# I'm A Believer (K)



## AmyKnits (Aug 20, 2011)

This is my "I'm A Believer" sweater designed by Susan Mills.

I love this for the versatility.... One sweater can be worn six ways AND it is a cardigan and cowl in one!

I knitted this sweater in Rowan Hemp Tweed DK weight yarn and loved working with it as well as the end result. I used a size 5US circular needle. I knitted the size SMALL to fit myself, but have a feeling this may "walk out of the house" on my daughter a time or two.

This was knitted seamlessly in the round. The "cardigan" was shaped entirely using short rows. The only major change I made was to knit long sleeves.... I just prefer to have warm arms as well. I used significantly more yarn than the pattern specified. Even without the addition of the sleeves, I used a few hundred (350) yards more than called for. I ended up using a total of 18 balls to knit the sweater. (1800 yards).

This yarn was new to me. I wouldn't hesitate to use it again/recommend it.
http://www.yarn.com/product/rowan-hemp-tweed-yarn/

I purchased this pattern in the book Classic Elite Yarns Sing, (11 great patterns in this little book) but it is available for purchase separately.

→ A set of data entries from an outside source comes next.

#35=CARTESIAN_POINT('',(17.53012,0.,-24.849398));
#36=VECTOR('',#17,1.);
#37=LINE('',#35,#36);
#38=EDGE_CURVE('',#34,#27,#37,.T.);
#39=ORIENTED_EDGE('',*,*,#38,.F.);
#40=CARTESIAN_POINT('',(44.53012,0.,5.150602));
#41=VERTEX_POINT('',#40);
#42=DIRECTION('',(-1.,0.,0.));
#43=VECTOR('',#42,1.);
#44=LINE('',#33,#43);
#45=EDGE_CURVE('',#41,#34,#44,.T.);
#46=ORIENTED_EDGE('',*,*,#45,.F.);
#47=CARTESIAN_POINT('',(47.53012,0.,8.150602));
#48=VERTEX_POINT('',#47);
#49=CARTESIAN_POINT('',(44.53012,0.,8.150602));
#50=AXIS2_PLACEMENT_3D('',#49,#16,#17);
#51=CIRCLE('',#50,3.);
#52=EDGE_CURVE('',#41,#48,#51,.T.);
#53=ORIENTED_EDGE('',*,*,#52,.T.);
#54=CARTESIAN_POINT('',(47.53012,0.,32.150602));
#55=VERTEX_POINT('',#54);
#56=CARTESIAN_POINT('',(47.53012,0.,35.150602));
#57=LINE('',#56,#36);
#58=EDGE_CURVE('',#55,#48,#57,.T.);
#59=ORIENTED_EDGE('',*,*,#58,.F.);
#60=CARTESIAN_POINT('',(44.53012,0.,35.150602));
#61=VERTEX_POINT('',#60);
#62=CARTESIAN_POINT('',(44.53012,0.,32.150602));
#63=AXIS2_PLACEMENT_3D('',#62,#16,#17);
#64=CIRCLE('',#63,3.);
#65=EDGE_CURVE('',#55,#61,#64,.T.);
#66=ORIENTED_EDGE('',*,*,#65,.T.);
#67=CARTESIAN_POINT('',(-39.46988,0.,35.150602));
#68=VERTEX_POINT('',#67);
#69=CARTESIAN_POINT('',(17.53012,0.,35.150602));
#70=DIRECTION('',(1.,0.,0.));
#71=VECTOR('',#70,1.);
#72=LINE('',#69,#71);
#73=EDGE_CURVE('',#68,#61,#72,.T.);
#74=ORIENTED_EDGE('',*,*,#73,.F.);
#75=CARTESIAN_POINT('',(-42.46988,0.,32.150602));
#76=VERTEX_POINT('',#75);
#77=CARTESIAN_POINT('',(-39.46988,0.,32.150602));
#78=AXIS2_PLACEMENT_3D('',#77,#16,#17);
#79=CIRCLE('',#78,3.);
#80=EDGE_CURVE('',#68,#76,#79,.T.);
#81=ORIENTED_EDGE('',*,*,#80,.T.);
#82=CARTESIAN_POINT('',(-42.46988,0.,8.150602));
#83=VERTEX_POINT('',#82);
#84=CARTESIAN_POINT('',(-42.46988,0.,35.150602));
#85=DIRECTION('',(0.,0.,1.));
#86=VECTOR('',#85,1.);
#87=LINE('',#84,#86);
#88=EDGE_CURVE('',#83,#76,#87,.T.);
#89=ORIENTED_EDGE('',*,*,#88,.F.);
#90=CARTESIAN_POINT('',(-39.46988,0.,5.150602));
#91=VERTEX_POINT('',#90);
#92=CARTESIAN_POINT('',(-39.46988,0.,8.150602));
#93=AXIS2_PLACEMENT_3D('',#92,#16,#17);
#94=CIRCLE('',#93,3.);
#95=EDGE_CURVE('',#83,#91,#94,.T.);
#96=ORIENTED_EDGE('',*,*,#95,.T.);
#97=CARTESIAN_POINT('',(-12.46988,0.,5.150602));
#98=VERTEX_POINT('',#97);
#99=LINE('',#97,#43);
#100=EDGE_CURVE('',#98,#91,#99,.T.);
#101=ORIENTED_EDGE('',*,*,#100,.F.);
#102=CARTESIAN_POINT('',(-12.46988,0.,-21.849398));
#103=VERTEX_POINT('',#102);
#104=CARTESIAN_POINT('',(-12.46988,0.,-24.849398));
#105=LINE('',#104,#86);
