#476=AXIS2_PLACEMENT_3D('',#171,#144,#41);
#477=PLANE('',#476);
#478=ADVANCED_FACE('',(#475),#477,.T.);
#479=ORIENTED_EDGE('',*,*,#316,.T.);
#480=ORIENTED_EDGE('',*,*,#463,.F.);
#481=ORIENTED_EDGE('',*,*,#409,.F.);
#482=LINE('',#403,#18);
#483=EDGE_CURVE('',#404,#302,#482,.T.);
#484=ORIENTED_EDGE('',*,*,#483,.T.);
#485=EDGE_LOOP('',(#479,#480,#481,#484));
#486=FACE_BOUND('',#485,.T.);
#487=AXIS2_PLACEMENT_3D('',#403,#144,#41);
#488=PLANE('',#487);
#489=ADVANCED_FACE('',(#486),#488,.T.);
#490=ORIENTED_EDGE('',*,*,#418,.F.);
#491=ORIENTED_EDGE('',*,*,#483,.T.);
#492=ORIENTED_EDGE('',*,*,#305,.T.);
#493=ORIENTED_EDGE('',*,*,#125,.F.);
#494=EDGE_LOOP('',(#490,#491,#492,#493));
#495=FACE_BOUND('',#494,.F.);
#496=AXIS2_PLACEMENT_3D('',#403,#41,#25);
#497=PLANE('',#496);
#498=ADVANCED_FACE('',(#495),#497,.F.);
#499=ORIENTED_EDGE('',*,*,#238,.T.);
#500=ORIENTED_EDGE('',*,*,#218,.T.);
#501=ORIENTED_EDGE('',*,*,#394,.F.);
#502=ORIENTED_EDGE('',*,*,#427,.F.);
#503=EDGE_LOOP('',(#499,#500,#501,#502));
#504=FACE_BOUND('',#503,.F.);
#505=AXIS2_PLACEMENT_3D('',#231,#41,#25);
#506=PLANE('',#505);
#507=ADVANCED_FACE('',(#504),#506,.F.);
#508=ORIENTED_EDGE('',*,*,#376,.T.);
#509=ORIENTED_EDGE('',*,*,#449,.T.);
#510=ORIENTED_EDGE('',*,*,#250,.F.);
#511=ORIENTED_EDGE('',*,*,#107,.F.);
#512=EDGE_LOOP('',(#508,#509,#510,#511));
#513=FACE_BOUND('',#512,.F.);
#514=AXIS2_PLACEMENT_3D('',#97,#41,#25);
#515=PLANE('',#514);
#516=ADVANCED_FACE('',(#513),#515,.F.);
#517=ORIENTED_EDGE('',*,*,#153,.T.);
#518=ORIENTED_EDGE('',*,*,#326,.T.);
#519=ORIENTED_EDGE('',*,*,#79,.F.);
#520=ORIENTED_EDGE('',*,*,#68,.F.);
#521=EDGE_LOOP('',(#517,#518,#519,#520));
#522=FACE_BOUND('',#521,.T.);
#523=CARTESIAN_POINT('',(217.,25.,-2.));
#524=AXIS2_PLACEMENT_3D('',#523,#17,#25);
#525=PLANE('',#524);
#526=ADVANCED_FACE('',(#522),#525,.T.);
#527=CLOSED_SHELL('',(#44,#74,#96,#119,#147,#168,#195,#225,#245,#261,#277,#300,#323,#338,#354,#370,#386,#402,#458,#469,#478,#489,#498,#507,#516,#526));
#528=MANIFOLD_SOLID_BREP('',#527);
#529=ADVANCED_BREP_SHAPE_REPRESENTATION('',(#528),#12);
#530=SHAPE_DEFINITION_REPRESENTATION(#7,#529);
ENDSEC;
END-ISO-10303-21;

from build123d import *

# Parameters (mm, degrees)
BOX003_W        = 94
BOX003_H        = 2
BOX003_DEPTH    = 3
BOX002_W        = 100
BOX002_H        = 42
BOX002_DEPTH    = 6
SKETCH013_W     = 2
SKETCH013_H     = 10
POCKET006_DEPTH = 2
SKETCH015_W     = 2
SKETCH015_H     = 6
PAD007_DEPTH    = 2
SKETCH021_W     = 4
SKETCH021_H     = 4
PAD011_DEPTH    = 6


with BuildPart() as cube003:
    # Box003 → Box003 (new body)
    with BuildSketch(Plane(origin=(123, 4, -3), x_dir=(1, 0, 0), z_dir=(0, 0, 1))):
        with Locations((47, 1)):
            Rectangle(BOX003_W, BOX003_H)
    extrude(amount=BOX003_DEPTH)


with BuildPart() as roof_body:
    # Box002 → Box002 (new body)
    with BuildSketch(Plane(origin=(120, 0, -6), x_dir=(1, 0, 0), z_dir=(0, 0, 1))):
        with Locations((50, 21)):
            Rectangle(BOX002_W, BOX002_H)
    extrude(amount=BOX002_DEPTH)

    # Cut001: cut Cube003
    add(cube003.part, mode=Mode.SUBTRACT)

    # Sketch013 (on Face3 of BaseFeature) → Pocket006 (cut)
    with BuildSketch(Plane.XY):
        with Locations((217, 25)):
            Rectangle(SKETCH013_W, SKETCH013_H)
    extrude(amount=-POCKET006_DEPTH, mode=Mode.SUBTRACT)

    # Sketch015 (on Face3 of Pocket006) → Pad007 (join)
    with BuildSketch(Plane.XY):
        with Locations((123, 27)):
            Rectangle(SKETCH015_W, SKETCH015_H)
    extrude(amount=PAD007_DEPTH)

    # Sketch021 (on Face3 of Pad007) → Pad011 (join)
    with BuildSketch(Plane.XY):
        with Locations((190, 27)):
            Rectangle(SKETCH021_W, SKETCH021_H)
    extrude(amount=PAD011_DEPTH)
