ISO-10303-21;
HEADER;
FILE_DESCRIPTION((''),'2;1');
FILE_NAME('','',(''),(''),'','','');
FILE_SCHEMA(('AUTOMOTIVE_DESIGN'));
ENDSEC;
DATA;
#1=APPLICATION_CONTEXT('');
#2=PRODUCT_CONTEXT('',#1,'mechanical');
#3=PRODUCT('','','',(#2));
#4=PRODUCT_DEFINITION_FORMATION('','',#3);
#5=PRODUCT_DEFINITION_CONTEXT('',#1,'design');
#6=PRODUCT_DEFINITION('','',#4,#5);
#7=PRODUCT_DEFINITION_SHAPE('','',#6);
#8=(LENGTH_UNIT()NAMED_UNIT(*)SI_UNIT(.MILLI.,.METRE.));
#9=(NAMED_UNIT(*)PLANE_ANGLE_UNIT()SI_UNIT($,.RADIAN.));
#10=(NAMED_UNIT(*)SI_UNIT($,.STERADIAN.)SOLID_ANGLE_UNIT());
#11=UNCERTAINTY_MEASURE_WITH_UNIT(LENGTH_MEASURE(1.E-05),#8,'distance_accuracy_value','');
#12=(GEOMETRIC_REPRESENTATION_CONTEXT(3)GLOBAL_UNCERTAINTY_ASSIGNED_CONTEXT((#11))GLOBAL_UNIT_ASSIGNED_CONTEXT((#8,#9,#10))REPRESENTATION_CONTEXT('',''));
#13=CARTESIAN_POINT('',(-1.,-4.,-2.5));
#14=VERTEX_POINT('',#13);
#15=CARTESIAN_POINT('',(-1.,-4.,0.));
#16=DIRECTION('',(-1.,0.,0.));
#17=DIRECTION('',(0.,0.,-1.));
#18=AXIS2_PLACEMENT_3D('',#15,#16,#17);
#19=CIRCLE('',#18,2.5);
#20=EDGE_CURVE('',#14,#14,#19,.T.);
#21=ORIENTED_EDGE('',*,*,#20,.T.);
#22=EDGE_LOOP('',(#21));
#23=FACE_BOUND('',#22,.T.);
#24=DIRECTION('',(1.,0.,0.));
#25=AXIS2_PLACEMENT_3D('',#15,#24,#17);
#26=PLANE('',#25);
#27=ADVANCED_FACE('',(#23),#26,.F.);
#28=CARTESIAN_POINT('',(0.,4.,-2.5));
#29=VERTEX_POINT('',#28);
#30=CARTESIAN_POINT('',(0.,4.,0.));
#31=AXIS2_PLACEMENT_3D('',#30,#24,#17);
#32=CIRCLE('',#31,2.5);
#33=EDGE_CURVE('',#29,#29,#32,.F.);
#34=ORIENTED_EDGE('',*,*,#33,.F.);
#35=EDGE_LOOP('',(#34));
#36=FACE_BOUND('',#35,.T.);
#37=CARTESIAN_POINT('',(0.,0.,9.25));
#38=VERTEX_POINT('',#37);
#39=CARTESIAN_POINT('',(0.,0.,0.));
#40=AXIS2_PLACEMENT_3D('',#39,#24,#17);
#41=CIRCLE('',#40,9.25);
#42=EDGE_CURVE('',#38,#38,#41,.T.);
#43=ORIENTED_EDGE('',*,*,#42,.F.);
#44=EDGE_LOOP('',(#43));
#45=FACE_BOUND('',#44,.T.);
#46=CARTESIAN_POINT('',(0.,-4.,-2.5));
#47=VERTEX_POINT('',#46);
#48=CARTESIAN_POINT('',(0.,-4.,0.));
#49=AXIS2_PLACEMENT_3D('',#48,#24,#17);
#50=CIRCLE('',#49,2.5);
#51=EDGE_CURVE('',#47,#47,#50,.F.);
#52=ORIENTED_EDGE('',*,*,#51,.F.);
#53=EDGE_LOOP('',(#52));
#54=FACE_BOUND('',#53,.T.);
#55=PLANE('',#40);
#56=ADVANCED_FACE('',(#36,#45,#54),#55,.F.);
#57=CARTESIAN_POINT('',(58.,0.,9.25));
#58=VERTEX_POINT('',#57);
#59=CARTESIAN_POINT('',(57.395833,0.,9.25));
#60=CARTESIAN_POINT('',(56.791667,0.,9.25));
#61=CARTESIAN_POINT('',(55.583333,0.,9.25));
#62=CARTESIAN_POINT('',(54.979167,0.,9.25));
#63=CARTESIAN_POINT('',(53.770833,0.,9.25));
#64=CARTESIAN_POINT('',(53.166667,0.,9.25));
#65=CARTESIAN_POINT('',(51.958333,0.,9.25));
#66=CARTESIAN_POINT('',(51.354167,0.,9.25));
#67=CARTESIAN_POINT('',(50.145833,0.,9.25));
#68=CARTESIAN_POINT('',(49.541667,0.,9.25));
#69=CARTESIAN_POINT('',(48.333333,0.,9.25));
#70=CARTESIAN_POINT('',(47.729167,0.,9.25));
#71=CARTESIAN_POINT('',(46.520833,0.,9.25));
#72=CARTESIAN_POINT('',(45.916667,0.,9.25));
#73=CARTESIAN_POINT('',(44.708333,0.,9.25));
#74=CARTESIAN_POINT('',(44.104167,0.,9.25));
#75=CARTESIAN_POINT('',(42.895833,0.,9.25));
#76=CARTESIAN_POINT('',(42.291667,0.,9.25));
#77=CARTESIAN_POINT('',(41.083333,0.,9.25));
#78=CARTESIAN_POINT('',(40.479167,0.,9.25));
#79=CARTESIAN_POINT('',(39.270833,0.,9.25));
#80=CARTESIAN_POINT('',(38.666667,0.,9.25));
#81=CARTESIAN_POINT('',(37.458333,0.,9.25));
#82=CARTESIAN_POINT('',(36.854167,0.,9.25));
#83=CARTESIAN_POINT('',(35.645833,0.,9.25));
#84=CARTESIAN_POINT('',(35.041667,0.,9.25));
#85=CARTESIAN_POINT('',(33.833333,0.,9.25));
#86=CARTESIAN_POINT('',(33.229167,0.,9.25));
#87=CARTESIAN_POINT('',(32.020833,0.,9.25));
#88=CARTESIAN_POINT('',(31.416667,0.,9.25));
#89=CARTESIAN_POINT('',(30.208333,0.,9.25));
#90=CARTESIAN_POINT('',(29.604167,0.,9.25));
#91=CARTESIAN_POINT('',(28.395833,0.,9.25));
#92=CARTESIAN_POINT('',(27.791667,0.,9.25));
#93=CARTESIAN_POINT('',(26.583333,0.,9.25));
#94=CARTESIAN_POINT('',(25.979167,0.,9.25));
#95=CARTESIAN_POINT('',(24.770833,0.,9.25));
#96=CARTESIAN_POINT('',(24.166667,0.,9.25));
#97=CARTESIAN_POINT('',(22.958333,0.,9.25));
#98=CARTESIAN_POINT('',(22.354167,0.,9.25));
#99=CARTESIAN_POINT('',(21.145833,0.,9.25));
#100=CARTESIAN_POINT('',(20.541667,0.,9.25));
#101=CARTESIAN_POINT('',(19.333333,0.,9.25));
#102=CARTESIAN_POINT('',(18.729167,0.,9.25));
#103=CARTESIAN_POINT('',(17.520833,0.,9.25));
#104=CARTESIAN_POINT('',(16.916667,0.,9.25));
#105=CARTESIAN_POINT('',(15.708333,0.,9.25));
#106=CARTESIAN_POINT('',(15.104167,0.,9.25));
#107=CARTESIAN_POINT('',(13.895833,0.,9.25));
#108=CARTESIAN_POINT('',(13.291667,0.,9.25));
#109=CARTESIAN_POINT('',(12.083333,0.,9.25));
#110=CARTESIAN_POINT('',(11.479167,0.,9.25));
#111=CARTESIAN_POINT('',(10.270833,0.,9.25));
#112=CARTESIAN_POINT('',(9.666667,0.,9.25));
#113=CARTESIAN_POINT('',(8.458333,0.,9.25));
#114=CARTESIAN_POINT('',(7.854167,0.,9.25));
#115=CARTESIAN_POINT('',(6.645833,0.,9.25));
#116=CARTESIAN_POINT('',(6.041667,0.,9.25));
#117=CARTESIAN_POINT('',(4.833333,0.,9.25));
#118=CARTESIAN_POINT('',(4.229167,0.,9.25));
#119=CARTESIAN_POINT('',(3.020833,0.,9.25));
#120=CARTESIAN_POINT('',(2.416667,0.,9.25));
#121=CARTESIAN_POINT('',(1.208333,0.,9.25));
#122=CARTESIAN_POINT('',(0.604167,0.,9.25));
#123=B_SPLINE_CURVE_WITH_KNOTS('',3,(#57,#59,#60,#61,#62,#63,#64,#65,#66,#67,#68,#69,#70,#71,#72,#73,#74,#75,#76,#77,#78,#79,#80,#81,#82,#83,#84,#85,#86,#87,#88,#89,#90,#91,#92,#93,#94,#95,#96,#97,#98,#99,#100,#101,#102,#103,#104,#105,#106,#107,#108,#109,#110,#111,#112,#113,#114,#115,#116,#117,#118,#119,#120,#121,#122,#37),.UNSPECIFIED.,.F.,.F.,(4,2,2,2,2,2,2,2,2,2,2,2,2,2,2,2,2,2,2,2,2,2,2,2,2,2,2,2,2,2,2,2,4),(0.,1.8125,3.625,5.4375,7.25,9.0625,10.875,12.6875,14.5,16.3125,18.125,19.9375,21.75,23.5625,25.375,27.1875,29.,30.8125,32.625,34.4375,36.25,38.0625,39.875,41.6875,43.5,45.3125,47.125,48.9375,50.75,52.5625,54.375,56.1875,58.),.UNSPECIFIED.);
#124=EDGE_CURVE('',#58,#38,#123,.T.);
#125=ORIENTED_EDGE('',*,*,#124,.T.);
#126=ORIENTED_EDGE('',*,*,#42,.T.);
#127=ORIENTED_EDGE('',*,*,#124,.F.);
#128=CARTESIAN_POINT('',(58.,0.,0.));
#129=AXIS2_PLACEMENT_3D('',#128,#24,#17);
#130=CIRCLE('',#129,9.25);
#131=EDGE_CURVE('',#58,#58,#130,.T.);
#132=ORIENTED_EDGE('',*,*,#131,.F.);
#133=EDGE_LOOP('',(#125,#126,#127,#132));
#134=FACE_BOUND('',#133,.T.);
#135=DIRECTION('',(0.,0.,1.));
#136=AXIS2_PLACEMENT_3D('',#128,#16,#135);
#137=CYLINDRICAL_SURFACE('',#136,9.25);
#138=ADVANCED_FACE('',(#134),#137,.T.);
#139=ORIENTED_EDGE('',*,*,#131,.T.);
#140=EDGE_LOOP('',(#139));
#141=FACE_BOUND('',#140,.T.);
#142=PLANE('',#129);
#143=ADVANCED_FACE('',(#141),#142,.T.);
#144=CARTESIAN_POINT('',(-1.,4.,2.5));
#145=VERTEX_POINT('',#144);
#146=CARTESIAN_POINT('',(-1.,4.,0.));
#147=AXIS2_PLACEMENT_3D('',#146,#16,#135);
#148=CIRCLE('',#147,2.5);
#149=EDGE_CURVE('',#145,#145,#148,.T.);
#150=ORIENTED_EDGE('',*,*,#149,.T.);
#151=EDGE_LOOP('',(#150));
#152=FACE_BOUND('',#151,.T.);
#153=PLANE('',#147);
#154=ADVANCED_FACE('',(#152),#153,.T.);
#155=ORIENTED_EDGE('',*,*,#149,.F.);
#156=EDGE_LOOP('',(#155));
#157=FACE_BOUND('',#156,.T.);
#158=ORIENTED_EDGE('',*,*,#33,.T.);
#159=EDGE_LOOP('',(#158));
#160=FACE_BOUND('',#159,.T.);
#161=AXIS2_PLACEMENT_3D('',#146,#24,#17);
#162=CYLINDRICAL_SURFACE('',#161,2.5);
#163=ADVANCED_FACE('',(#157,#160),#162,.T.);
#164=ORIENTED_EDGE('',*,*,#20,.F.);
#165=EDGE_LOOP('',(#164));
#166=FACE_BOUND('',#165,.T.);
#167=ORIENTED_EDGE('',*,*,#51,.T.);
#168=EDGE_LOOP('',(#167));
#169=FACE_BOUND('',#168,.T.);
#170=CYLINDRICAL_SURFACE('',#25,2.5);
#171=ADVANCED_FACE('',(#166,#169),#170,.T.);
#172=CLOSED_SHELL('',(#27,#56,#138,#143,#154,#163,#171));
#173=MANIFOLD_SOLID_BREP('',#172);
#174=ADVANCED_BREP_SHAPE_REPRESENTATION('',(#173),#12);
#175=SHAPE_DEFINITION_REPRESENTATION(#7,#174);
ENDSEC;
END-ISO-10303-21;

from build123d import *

# Parameters (mm, degrees)
SKETCH1_R           = 9.25
BOSS_EXTRUDE1_DEPTH = 58
SKETCH2_R           = 2.5
BOSS_EXTRUDE2_DEPTH = 1


with BuildPart() as part:
    # Sketch1 → Boss-Extrude1 (new body)
    with BuildSketch(Plane(origin=(0, 0, 0), x_dir=(0, 0, -1), z_dir=(1, 0, 0))):
        with Locations(Location((0, 0, 0), (0, 0, 180))):
            Circle(SKETCH1_R)
    extrude(amount=BOSS_EXTRUDE1_DEPTH)

    # Sketch2 → Boss-Extrude2 (add)
    with BuildSketch(Plane.ZY):
        with Locations(Location((0, 4, 0), (0, 0, 180))):
            Circle(SKETCH2_R)
        with Locations(Location((0, -4, 0), (0, 0, 180))):
            Circle(SKETCH2_R)
    extrude(amount=BOSS_EXTRUDE2_DEPTH)


solid = part.part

Thanks, Sox for reassuring me I was on the right track with the sleeves and for your advice! ❤


----------



## castingstitches (Oct 16, 2013)

Very interesting sweater. You did a great job!


----------



## GrapeJam (Oct 4, 2011)

You are quite an artist. What a great pattern, so versatile.


----------



## impatient knitter (Oct 5, 2011)

Fabulous job as usual, Amy!!!!!
...gloria


----------



## Hummingbird Haven (Oct 7, 2011)

Beautiful!


----------



## RandyPandy (May 6, 2011)

It must have been an interesting knit, very versatile sweater. Well done!


----------



## Dusti (Jan 23, 2012)

Masterful job and really neat garment.


----------



## Roses and cats (Apr 17, 2013)

What a interesting sweater. You do wonderful knits.


----------



## yooperdooper (Jan 3, 2013)

That is one gorgeous professional job. I love it, but it's way beyond my skills. It looks like it could be found in a upscale store for a high price. Do you ever sell your work?


----------



## willi66 (Aug 30, 2012)

Beautiful


----------



## qod (Oct 15, 2011)

Very nice! I love Rowan yarns. Never been disappointed.


----------



## dragonflylace (Jul 2, 2012)

Great job Amy....what a wonderful concept. I don't have 1800 yards of worsted in my stash...wait a minute, maybe I should check to make sure..??? 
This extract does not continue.